Top of DATA FOR THE TASK

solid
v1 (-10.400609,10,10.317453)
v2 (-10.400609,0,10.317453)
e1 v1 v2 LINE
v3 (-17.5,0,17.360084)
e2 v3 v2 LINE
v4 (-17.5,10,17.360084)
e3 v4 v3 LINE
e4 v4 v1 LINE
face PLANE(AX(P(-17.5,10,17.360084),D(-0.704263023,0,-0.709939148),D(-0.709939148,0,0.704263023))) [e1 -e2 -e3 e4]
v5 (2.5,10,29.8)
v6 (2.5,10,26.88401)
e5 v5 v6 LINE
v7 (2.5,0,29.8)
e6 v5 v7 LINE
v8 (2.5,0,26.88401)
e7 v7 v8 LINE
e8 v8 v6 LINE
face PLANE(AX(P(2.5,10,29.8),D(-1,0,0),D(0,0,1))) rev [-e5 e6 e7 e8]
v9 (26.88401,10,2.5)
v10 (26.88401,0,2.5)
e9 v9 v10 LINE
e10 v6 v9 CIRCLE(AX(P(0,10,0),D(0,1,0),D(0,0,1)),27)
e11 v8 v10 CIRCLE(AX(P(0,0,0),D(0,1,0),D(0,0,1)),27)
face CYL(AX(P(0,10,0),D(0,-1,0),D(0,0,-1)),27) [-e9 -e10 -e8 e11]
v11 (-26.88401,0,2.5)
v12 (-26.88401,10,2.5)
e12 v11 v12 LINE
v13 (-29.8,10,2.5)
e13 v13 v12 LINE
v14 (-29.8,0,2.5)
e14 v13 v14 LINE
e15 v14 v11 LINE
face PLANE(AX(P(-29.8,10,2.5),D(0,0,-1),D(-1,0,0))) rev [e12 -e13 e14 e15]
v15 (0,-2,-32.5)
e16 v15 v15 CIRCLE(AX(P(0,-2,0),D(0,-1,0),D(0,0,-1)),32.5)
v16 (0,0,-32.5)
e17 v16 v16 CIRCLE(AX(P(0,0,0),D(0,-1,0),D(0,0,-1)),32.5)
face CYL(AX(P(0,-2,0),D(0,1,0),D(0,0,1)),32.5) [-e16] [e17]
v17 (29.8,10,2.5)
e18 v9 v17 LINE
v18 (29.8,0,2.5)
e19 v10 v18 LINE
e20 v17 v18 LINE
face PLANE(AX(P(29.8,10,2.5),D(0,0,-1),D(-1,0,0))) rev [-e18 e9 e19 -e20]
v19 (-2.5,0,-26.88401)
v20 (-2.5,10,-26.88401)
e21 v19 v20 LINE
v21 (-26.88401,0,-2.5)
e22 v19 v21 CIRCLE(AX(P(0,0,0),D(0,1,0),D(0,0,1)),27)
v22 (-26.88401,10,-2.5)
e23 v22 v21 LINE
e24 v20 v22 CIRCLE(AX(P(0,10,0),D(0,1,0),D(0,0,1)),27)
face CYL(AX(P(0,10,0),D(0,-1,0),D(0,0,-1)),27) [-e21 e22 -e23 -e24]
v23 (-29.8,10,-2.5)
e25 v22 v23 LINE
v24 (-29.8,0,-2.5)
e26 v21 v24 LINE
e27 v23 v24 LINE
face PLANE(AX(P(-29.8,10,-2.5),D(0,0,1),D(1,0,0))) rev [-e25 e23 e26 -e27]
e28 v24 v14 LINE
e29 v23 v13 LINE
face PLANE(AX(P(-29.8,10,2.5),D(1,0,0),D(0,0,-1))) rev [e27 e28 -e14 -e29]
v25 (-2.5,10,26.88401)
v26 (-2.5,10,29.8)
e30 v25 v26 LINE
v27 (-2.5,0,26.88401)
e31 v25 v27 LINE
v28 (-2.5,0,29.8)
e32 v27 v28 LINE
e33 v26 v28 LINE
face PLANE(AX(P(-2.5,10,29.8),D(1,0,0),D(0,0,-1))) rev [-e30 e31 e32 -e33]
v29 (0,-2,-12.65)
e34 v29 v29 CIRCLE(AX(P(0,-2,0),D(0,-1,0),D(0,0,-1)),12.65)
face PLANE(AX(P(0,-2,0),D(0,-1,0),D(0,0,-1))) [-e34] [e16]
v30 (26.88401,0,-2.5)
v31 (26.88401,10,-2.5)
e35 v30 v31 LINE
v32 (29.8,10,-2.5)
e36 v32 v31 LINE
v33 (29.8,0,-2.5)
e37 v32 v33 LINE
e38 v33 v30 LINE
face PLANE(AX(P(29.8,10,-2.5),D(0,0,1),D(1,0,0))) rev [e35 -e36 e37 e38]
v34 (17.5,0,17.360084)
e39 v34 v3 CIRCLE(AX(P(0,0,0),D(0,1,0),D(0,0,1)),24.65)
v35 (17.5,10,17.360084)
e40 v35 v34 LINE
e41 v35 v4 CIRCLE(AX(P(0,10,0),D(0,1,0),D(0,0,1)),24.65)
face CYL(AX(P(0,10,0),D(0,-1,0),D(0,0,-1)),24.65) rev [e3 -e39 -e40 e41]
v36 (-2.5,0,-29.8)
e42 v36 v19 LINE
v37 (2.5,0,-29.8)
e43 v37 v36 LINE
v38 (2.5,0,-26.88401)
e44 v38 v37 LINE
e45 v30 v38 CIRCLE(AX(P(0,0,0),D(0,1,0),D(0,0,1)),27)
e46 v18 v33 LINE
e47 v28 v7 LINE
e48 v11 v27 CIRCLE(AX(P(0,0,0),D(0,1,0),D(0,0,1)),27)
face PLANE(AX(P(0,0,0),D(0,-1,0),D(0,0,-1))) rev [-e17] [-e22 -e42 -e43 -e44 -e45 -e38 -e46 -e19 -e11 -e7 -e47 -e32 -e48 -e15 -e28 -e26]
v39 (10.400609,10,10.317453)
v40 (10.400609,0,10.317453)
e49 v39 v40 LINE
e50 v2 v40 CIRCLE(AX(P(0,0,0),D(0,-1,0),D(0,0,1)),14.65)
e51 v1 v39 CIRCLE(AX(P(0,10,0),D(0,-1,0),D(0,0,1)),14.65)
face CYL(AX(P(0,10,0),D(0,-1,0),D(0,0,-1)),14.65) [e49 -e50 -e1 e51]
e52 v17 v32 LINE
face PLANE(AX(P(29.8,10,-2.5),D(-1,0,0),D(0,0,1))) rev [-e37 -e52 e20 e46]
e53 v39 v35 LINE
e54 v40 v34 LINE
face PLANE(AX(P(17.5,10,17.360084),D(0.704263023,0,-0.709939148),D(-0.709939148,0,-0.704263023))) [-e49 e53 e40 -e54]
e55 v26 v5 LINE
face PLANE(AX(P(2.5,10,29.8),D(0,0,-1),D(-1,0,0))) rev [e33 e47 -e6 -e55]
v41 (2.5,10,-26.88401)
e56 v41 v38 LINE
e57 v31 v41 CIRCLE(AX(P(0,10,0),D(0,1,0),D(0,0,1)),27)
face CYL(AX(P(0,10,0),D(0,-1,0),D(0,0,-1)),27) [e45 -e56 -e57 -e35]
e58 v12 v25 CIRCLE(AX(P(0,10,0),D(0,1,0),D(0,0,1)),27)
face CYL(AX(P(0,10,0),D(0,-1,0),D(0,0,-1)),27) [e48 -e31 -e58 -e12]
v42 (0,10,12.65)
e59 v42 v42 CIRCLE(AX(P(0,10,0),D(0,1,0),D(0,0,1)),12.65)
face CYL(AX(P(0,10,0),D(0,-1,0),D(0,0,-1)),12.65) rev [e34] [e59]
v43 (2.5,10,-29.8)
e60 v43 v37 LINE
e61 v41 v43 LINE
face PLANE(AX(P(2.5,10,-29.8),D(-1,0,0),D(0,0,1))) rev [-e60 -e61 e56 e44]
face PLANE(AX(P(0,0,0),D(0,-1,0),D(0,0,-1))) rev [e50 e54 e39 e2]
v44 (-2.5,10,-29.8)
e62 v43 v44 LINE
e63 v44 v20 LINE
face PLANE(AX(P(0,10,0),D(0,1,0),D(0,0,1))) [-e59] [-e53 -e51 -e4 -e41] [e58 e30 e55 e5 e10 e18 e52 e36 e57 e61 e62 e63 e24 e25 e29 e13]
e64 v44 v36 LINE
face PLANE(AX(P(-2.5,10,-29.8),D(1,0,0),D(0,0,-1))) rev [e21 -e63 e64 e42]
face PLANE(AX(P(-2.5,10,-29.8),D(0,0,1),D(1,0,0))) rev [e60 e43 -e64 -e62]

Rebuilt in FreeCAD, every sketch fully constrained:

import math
import FreeCAD as App
import Part
import Sketcher

V = App.Vector

doc = App.newDocument("Part")
body = doc.addObject("PartDesign::Body", "Body")

# Sketch on XZ plane
sketch1 = body.newObject("Sketcher::SketchObject", "Sketch")
sketch1.AttachmentSupport = (doc.getObject("XZ_Plane"), [""])
sketch1.MapMode = "FlatFace"
sketch1.addGeometry(Part.Circle(V(0, 0, 0), V(0, 0, 1), 27), False)
sketch1.addGeometry(Part.LineSegment(V(-10, 10, 0), V(-18, 17, 0)), False)
sketch1.addGeometry(Part.ArcOfCircle(Part.Circle(V(0, 0, 0), V(0, 0, 1), 25), math.radians(135), math.radians(405)), False)
sketch1.addGeometry(Part.LineSegment(V(18, 17, 0), V(10, 10, 0)), False)
sketch1.addGeometry(Part.ArcOfCircle(Part.Circle(V(0, 0, 0), V(0, 0, 1), 15), math.radians(135), math.radians(405)), False)
sketch1.addGeometry(Part.Circle(V(0, 0, 0), V(0, 0, 1), 13), False)
sketch1.addConstraint(Sketcher.Constraint("Coincident", 1, 2, 2, 1))
sketch1.addConstraint(Sketcher.Constraint("Coincident", 2, 2, 3, 1))
sketch1.addConstraint(Sketcher.Constraint("Coincident", 3, 2, 4, 2))
sketch1.addConstraint(Sketcher.Constraint("Coincident", 4, 1, 1, 1))
sketch1.addConstraint(Sketcher.Constraint("Coincident", 0, 3, -1, 1))
sketch1.addConstraint(Sketcher.Constraint("Coincident", 2, 3, -1, 1))
sketch1.addConstraint(Sketcher.Constraint("Coincident", 4, 3, -1, 1))
sketch1.addConstraint(Sketcher.Constraint("Coincident", 5, 3, -1, 1))
sketch1.addConstraint(Sketcher.Constraint("Horizontal", 1, 2, 2, 2))
sketch1.addConstraint(Sketcher.Constraint("Horizontal", 3, 2, 4, 1))
sketch1.addConstraint(Sketcher.Constraint("Diameter", 0, 54.0))
sketch1.addConstraint(Sketcher.Constraint("Diameter", 5, 25.3))
sketch1.addConstraint(Sketcher.Constraint("Radius", 2, 24.65))
sketch1.addConstraint(Sketcher.Constraint("Radius", 4, 14.65))
sketch1.addConstraint(Sketcher.Constraint("DistanceX", 1, 2, 2, 2, 35.0))
sketch1.addConstraint(Sketcher.Constraint("DistanceX", -1, 1, 3, 2, 10.400609))
pad1 = body.newObject("PartDesign::Pad", "Pad")
pad1.Profile = sketch1
pad1.Length = 10
pad1.Reversed = True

Bottom of DATA FOR THE TASK

▶ **AIM OF THE TASK**
Each line above from the one with "v34 (17.5,0,17.360084)" up to and including the one with "face CYL(AX(P(0,10,0),D(0,-1,0),D(0,0,-1)),27) [e45" must be set down exactly, and no line outside that span may appear.

▶ **EXPECTED OUTPUT**
v34 (17.5,0,17.360084)
e39 v34 v3 CIRCLE(AX(P(0,0,0),D(0,1,0),D(0,0,1)),24.65)
v35 (17.5,10,17.360084)
e40 v35 v34 LINE
e41 v35 v4 CIRCLE(AX(P(0,10,0),D(0,1,0),D(0,0,1)),24.65)
face CYL(AX(P(0,10,0),D(0,-1,0),D(0,0,-1)),24.65) rev [e3 -e39 -e40 e41]
v36 (-2.5,0,-29.8)
e42 v36 v19 LINE
v37 (2.5,0,-29.8)
e43 v37 v36 LINE
v38 (2.5,0,-26.88401)
e44 v38 v37 LINE
e45 v30 v38 CIRCLE(AX(P(0,0,0),D(0,1,0),D(0,0,1)),27)
e46 v18 v33 LINE
e47 v28 v7 LINE
e48 v11 v27 CIRCLE(AX(P(0,0,0),D(0,1,0),D(0,0,1)),27)
face PLANE(AX(P(0,0,0),D(0,-1,0),D(0,0,-1))) rev [-e17] [-e22 -e42 -e43 -e44 -e45 -e38 -e46 -e19 -e11 -e7 -e47 -e32 -e48 -e15 -e28 -e26]
v39 (10.400609,10,10.317453)
v40 (10.400609,0,10.317453)
e49 v39 v40 LINE
e50 v2 v40 CIRCLE(AX(P(0,0,0),D(0,-1,0),D(0,0,1)),14.65)
e51 v1 v39 CIRCLE(AX(P(0,10,0),D(0,-1,0),D(0,0,1)),14.65)
face CYL(AX(P(0,10,0),D(0,-1,0),D(0,0,-1)),14.65) [e49 -e50 -e1 e51]
e52 v17 v32 LINE
face PLANE(AX(P(29.8,10,-2.5),D(-1,0,0),D(0,0,1))) rev [-e37 -e52 e20 e46]
e53 v39 v35 LINE
e54 v40 v34 LINE
face PLANE(AX(P(17.5,10,17.360084),D(0.704263023,0,-0.709939148),D(-0.709939148,0,-0.704263023))) [-e49 e53 e40 -e54]
e55 v26 v5 LINE
face PLANE(AX(P(2.5,10,29.8),D(0,0,-1),D(-1,0,0))) rev [e33 e47 -e6 -e55]
v41 (2.5,10,-26.88401)
e56 v41 v38 LINE
e57 v31 v41 CIRCLE(AX(P(0,10,0),D(0,1,0),D(0,0,1)),27)
face CYL(AX(P(0,10,0),D(0,-1,0),D(0,0,-1)),27) [e45 -e56 -e57 -e35]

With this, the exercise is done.